Россия крепостная. История народного рабства - страница 4

Шрифт
Интервал


Дворовую Прасковью Ларионову забили на глазах помещицы, которая на каждый стон жертвы поминутно выкрикивала: «Бейте до смерти»! Когда Ларионова умерла, по приказу Салтычихи ее тело повезли хоронить в подмосковное село, а на грудь убитой положили ее грудного младенца, который замерз по дороге на трупе матери…

Однако господа сенаторы колебались. Не хотели огласки недостойного поведения дворянки, боялись реакции дворянства на неизбежное осуждение помещицы. Предлагалось вместо разбирательства убийств в доме Салтычихи – выпороть хорошенько самих ходоков. Причем выяснилось, что указанная челобитная от дворовых Салтыковой далеко не первая. И прежде с теми крестьянами, кто доходил до столицы в поисках справедливости, так и поступали – били кнутом и возвращали госпоже на расправу, или ссылали в Сибирь.

Но Екатерина решила все же принять челобитную и повелела начать расследование. Тем, кто хорошо знал императрицу, было очевидно, что за естественным для монарха стремлением к защите слабых и восстановлению справедливости на самом деле скрывается прагматический расчет. В народе зрело яростное возмущение против сложившейся в государстве системы угнетения. Наказание Салтычихи должно было стать показательным процессом, предостеречь владельцев крепостных «душ» и продемонстрировать народу заботу правительства о его положении.

Оставшиеся в живых к началу следствия крепостные слуги Дарьи Салтыковой обвиняли свою госпожу в гибели 75 человек. Чиновники юстиц-коллегии нашли возможным приписать ей только 38 убийств и в 26 случаях оставили «в подозрении». Преступницу приговорили выставить на один час к позорному столбу с вывеской на груди «мучительница и душегубица», а затем заключить в оковы и отвезти в женский монастырь, где содержать до смерти в специально для того устроенной подземной камере без доступа дневного света.

Зверства Салтычихи слишком часто использовались разными авторами для живописания ужасов крепостного быта.

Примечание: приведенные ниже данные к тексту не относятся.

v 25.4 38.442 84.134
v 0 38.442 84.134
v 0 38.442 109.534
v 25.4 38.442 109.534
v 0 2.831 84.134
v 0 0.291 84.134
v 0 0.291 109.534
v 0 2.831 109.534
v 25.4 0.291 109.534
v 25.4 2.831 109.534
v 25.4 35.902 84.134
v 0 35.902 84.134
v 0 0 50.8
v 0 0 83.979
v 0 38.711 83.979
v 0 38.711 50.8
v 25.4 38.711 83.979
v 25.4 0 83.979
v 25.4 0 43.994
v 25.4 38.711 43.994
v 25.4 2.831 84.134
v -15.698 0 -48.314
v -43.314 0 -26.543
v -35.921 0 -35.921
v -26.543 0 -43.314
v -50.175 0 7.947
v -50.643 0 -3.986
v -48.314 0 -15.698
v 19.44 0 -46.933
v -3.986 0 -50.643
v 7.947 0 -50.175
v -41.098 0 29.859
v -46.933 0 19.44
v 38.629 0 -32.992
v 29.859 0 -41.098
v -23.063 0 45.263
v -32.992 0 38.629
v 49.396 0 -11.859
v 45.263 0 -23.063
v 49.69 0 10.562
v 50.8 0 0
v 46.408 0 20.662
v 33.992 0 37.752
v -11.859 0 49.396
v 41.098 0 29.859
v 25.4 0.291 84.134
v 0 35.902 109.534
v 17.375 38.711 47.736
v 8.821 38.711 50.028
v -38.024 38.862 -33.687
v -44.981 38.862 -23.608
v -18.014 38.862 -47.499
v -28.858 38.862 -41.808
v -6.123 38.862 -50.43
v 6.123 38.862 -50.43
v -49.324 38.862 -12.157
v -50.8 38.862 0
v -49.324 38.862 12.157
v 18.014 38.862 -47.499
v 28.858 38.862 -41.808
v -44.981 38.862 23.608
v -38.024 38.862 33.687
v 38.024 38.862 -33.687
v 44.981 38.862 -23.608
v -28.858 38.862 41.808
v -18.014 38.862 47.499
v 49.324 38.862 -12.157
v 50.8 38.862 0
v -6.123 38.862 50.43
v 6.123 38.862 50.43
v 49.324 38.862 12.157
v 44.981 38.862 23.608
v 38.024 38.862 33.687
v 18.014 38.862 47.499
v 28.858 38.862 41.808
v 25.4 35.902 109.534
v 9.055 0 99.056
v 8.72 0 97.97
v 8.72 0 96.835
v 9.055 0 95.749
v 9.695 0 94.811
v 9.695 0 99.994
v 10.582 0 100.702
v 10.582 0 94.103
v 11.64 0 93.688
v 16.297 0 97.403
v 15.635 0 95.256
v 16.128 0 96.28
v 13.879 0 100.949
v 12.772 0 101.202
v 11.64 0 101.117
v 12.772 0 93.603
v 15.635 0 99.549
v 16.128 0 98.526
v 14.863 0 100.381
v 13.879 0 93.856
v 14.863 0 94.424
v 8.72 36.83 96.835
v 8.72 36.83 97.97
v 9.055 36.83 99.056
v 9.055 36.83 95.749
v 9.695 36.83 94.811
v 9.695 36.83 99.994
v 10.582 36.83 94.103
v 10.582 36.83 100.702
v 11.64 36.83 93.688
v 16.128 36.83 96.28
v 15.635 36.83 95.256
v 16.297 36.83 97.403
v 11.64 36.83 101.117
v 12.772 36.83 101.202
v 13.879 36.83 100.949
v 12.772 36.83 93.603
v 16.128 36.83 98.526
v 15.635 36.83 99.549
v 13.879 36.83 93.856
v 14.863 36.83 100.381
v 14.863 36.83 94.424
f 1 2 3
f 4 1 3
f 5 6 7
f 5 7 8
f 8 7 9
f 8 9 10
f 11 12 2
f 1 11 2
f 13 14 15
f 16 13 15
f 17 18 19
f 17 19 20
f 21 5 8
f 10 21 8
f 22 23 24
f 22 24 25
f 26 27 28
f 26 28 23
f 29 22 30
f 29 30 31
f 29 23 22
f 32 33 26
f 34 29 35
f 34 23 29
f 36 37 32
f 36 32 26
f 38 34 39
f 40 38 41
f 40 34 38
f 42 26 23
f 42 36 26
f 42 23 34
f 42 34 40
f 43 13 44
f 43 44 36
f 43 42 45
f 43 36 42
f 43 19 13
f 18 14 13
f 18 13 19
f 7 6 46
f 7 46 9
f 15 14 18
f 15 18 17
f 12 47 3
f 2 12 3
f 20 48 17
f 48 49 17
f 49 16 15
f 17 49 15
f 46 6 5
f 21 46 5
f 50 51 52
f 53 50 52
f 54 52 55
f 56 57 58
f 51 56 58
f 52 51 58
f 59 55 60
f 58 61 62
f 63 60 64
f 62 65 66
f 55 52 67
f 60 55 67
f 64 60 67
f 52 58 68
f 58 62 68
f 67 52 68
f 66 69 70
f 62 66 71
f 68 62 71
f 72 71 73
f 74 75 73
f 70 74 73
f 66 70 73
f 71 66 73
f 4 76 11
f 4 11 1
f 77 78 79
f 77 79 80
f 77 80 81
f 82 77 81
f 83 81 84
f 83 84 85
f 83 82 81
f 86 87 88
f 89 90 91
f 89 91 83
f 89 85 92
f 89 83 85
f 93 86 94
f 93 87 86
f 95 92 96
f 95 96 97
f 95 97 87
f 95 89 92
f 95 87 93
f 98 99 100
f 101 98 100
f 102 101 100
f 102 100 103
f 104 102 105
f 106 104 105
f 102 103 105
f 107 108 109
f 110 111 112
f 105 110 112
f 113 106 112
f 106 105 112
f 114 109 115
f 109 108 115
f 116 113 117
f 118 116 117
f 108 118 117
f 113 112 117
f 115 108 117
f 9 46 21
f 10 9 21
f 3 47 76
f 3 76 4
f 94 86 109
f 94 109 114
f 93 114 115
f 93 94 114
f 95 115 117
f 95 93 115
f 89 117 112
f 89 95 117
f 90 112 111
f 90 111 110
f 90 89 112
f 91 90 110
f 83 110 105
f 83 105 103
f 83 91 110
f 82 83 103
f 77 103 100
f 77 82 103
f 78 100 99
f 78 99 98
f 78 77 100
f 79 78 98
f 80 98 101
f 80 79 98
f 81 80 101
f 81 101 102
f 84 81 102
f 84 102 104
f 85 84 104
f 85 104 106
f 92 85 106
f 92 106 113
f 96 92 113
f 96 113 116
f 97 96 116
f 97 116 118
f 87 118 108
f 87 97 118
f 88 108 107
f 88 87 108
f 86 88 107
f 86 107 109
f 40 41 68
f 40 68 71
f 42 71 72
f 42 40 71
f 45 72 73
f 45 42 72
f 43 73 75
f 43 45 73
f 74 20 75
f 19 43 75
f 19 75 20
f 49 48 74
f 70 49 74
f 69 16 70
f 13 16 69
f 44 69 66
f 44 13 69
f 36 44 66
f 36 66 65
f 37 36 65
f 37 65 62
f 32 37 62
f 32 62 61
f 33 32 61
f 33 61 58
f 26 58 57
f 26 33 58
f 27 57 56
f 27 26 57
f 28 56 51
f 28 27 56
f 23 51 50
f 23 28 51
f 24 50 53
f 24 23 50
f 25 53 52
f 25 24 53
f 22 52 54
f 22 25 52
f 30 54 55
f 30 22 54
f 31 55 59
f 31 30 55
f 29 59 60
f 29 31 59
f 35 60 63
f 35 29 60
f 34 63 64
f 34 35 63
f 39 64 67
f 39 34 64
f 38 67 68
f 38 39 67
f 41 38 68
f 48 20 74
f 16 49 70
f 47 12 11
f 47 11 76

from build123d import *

# Parameters (mm, degrees)
F0_R     = 50.8
F1_DEPTH = 38.862
F2_W     = 38.7112945318
F2_H     = 79.9200646579
F4_DEPTH = 25.4
F5_W     = 2.54
F5_H     = 25.4
F6_DEPTH = 25.4
F7_R     = 3.81
F8_DEPTH = 36.83


# Not quite as in the source:
# - the program builds the solid bodies; features that only make, move or delete a surface that nothing else refers to are left out


with BuildPart() as f1:
    # F0 (on Front) → F1 (new body)
    with BuildSketch(Plane.XZ):
        Circle(F0_R)
    extrude(amount=-F1_DEPTH)

    # F2 (on Right) → F4 (join)
    with BuildSketch(Plane.YZ):
        with Locations((19.3556472659, 44.0184753388)):
            Rectangle(F2_W, F2_H)
    extrude(amount=F4_DEPTH)


with BuildPart() as f6:
    # F5 (on Right) → F6 (new body)
    with BuildSketch(Plane.YZ):
        with Locations((1.5609483235, 96.833985544)):
            Rectangle(F5_W, F5_H)
    extrude(amount=F6_DEPTH)


with BuildPart() as f6b:
    # F5 (on Right) → F6, piece 2 (new body)
    with BuildSketch(Plane.YZ):
        with Locations((37.1715911818, 96.833985544)):
            Rectangle(F5_W, F5_H)
    extrude(amount=F6_DEPTH)


with BuildPart() as f8:
    # F7 (on Front) → F8 (new body)
    with BuildSketch(Plane.XZ):
        with Locations((12.4874990433, 97.4025800824)):
            Circle(F7_R)
    extrude(amount=-F8_DEPTH)


solid = Compound([f1.part, f6.part, f6b.part, f8.part])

На короткое время ее имя стало едва ли не символом всей эпохи существования крепостного права. Но впоследствии навязчивое смакование ее преступлений привело, напротив, к маргинализации образа этой помещицы, представлению о совершенных ею злодеяниях, как о страшном исключении из патриархальных и добрых взаимоотношений между господами и их крепостными слугами.